THE TASK
Wherever the line with "#346=FACE_BOUND('',#345,.T.);" sits in the listing below, transcribe from it up to and including the line with "#354=FACE_BOUND('',#353,.T.);", exactly, and leave the remaining lines out.

RECORDS SUPPLIED
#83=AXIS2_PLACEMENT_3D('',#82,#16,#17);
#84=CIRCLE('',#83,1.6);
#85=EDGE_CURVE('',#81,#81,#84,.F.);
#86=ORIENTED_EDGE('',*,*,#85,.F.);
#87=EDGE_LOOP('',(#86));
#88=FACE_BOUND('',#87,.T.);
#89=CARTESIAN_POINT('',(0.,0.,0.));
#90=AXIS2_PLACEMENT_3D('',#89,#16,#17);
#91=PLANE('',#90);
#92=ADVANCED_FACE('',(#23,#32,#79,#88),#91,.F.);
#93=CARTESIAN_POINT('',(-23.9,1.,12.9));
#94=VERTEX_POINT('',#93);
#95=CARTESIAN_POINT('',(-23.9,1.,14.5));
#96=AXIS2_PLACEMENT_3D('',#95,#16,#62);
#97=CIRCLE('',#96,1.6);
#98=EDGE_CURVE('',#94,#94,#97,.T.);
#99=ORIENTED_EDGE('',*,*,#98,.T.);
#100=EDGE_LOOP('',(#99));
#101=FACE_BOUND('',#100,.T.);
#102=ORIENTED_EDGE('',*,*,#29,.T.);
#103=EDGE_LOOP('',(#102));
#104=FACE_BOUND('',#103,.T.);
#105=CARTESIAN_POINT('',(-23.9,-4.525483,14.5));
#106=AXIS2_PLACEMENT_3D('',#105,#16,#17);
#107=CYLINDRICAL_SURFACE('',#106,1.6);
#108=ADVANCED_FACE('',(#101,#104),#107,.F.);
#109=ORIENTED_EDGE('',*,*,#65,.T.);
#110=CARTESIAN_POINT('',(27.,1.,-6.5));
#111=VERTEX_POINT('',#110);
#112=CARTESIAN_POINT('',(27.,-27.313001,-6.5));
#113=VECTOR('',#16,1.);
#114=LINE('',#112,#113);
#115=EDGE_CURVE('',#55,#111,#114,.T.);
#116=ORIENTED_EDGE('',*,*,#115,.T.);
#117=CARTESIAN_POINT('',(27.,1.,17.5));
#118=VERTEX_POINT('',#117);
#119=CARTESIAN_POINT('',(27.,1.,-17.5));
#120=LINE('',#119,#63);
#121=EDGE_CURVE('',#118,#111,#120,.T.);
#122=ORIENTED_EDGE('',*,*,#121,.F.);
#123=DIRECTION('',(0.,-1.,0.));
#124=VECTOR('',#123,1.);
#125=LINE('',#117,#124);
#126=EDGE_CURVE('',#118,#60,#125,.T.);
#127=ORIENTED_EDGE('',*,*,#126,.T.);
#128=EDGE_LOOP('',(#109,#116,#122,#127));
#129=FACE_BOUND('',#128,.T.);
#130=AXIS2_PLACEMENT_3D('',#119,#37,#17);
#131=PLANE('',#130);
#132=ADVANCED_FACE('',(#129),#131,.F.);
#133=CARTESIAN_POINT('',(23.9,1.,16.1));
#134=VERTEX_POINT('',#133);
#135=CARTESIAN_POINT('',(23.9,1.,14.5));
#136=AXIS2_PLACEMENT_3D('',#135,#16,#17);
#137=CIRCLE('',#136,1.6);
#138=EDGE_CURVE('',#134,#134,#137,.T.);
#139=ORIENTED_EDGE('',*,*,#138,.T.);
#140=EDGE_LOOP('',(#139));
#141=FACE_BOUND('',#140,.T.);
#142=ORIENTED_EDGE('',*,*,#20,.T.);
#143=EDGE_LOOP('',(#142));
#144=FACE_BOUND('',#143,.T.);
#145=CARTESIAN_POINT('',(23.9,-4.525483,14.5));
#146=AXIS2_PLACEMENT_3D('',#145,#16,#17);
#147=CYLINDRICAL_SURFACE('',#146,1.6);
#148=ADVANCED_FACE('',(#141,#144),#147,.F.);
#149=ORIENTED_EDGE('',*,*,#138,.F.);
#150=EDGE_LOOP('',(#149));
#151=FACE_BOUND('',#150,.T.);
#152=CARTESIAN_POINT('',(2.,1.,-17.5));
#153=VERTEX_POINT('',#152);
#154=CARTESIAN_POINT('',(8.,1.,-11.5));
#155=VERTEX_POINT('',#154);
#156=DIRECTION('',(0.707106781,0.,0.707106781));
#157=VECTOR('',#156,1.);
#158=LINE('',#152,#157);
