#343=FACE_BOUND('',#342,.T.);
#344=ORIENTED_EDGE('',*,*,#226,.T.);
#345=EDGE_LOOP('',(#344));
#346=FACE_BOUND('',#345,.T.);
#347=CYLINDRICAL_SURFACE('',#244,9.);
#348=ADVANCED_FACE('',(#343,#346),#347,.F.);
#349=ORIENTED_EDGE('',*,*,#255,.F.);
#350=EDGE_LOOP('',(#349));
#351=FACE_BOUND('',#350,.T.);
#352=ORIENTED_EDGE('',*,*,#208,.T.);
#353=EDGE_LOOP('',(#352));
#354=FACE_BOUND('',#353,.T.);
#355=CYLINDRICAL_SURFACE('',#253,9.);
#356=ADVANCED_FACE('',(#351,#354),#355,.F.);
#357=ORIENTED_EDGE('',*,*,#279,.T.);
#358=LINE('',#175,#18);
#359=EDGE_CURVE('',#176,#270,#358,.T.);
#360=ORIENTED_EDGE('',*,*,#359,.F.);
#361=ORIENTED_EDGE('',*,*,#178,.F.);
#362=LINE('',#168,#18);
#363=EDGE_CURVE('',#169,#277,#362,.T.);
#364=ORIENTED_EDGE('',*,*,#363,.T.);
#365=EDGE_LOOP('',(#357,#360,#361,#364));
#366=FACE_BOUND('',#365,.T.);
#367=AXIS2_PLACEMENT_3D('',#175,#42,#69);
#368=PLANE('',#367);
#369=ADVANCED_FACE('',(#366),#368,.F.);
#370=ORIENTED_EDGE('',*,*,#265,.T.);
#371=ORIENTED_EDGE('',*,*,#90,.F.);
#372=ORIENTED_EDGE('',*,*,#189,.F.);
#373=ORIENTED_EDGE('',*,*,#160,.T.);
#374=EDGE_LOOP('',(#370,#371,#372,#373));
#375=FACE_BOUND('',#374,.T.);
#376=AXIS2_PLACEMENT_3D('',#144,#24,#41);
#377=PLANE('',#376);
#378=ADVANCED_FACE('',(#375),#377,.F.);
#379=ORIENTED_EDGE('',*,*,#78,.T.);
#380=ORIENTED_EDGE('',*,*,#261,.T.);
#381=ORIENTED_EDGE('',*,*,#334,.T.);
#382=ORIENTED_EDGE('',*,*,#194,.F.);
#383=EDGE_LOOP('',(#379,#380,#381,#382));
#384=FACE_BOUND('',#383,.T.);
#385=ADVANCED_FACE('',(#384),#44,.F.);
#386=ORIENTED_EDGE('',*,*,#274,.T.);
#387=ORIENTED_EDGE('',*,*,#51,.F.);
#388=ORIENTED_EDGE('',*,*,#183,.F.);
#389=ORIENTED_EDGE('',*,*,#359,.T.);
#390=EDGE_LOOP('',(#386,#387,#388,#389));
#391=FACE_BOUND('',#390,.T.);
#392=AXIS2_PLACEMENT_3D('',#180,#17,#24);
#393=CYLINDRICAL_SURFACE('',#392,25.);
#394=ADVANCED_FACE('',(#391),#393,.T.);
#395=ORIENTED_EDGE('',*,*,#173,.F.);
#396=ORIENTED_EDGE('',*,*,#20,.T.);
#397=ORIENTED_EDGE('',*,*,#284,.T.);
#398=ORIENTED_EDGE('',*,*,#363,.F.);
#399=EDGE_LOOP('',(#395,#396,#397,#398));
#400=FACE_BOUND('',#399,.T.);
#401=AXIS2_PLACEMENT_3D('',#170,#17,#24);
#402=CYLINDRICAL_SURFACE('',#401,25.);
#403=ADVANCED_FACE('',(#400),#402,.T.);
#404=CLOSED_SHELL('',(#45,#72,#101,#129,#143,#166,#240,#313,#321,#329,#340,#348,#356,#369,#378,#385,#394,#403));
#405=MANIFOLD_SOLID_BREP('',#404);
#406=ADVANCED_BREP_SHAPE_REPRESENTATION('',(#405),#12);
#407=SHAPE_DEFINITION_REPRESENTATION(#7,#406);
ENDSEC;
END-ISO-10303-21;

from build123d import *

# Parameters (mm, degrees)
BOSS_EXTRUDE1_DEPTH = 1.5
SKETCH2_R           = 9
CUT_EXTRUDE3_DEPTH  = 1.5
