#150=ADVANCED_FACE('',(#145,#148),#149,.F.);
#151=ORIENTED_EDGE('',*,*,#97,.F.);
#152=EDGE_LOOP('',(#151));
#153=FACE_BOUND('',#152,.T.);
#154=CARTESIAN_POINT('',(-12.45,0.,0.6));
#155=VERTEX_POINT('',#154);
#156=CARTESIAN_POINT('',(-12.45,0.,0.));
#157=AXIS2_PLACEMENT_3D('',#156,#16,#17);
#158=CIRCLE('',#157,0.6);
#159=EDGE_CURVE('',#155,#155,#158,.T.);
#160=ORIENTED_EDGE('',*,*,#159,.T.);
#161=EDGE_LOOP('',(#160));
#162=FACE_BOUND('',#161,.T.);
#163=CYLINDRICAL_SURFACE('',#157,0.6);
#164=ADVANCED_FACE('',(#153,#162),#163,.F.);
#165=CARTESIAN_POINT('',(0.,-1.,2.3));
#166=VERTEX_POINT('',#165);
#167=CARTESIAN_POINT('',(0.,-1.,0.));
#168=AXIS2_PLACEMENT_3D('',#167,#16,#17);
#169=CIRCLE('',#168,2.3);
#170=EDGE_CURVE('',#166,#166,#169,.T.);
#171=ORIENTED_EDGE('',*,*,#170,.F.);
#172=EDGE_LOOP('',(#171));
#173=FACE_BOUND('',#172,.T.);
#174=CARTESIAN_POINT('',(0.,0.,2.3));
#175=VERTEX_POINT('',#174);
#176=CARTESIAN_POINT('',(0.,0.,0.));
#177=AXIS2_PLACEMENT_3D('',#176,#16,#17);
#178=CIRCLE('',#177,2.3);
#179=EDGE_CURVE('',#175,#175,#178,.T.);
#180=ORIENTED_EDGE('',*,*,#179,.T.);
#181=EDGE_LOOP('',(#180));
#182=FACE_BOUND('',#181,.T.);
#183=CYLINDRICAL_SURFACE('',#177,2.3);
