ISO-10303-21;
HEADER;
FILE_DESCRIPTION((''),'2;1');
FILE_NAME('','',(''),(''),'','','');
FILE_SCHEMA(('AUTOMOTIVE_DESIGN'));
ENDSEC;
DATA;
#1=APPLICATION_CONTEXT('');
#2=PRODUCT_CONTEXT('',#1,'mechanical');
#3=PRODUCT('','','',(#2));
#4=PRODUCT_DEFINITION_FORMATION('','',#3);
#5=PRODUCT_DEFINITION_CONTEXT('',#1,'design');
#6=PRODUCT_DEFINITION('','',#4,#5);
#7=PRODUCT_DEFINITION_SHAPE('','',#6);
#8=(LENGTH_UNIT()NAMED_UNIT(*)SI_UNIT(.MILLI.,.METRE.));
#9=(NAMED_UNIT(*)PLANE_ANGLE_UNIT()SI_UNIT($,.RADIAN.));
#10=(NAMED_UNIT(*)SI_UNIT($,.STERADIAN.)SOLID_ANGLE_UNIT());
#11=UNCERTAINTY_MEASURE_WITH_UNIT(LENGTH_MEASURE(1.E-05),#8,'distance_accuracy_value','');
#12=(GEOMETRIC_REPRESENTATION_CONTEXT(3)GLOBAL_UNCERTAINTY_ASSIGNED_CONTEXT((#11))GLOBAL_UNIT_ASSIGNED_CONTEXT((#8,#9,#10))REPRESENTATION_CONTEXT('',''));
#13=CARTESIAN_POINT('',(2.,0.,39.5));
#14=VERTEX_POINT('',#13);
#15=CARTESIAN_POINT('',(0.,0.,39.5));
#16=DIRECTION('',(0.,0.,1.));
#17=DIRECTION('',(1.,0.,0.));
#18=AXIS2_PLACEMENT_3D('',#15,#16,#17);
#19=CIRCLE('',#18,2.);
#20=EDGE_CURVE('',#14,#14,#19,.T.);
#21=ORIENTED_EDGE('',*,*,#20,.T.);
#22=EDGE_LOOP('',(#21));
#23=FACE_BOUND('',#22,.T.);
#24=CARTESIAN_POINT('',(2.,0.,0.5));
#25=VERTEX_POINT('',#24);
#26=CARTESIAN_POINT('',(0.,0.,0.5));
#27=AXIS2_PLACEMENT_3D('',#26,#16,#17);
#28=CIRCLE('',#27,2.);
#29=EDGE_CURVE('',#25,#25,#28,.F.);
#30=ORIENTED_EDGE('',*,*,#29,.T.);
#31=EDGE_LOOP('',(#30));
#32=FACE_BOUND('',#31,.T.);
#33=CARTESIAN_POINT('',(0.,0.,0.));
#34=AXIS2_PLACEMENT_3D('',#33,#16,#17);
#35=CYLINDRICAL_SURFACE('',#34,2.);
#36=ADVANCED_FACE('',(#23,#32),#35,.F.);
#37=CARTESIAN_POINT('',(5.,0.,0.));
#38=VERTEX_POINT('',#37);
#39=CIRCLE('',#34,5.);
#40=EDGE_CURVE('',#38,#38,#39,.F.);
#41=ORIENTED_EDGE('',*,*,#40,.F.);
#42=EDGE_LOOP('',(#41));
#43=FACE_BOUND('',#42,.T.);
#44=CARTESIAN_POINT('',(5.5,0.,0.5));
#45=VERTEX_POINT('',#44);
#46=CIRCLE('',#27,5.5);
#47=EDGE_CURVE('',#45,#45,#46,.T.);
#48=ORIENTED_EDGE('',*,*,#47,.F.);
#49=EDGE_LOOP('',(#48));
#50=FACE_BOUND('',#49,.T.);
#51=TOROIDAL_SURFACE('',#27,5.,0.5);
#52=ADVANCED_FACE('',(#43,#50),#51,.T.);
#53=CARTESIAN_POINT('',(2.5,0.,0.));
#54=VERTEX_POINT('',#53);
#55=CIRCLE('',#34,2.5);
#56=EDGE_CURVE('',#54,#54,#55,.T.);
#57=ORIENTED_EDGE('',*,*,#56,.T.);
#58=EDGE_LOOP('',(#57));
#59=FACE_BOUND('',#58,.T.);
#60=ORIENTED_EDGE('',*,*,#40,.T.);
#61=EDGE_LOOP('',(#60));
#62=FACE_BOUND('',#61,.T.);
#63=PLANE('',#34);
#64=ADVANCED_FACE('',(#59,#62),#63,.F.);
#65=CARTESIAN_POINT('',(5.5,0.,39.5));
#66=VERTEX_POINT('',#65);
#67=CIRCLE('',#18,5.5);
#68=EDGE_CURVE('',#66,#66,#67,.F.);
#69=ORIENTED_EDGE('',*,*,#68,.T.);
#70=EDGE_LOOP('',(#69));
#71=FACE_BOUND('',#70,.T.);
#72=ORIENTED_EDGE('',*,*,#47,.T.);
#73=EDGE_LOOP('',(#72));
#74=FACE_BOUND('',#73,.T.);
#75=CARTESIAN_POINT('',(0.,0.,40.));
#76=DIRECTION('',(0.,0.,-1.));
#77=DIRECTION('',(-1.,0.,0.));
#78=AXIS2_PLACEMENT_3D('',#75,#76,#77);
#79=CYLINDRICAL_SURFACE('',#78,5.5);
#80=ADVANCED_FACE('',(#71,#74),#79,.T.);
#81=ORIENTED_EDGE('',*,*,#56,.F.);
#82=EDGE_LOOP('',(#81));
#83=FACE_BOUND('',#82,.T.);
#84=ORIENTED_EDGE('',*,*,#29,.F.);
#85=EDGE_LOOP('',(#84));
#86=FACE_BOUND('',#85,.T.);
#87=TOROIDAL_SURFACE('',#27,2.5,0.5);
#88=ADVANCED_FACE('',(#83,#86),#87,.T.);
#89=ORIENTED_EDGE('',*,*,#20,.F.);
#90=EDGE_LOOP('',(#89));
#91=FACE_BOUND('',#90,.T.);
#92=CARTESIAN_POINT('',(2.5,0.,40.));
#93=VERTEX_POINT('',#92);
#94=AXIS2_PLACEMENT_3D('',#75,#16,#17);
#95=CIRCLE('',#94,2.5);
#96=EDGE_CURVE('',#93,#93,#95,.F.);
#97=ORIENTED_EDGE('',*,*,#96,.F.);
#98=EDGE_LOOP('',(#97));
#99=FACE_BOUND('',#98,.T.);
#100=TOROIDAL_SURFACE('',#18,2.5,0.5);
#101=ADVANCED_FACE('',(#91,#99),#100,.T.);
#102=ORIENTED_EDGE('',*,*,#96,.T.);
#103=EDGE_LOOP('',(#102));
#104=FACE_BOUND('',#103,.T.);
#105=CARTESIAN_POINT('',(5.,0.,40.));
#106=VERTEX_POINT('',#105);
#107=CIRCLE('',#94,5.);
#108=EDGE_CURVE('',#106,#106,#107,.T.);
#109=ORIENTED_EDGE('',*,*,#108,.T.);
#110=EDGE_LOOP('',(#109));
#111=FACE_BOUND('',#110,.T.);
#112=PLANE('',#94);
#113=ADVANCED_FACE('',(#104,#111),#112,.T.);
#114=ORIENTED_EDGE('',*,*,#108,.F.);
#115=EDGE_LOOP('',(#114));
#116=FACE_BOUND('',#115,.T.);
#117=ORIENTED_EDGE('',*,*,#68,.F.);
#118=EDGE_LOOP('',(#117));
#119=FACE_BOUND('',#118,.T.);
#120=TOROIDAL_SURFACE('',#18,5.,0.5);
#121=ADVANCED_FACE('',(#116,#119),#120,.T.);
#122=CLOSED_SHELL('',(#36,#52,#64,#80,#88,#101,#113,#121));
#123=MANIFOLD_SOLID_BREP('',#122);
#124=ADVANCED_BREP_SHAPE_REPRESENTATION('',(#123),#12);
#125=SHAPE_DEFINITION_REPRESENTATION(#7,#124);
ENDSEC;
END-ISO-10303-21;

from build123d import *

# Parameters (mm, degrees)
SKETCH1_R           = 5.5
BOSS_EXTRUDE1_DEPTH = 40
SKETCH2_R           = 2
CUT_EXTRUDE1_DEPTH  = 41
FILLET1_R           = 0.5


with BuildPart() as part:
    # Sketch1 → Boss-Extrude1 (new body)
    with BuildSketch(Plane.XY):
        Circle(SKETCH1_R)
    extrude(amount=BOSS_EXTRUDE1_DEPTH)

    # Sketch2 → Cut-Extrude1 (cut, through all)
    with BuildSketch(Plane.XY.offset(40)):
        Circle(SKETCH2_R)
    extrude(amount=-CUT_EXTRUDE1_DEPTH, mode=Mode.SUBTRACT)

    # Fillet1
    fillet1_edges = [part.edges().sort_by_distance(p)[0] for p in [
        (-5.5, 0, 0),
        (-5.5, 0, 40),
        (-2, 0, 0),
        (-2, 0, 40),
    ]]
    fillet(fillet1_edges, radius=FILLET1_R)


solid = part.part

EXPECTED ANSWER
#346=FACE_BOUND('',#345,.T.);
#347=CYLINDRICAL_SURFACE('',#244,9.);
#348=ADVANCED_FACE('',(#343,#346),#347,.F.);
#349=ORIENTED_EDGE('',*,*,#255,.F.);
#350=EDGE_LOOP('',(#349));
#351=FACE_BOUND('',#350,.T.);
#352=ORIENTED_EDGE('',*,*,#208,.T.);
#353=EDGE_LOOP('',(#352));
#354=FACE_BOUND('',#353,.T.);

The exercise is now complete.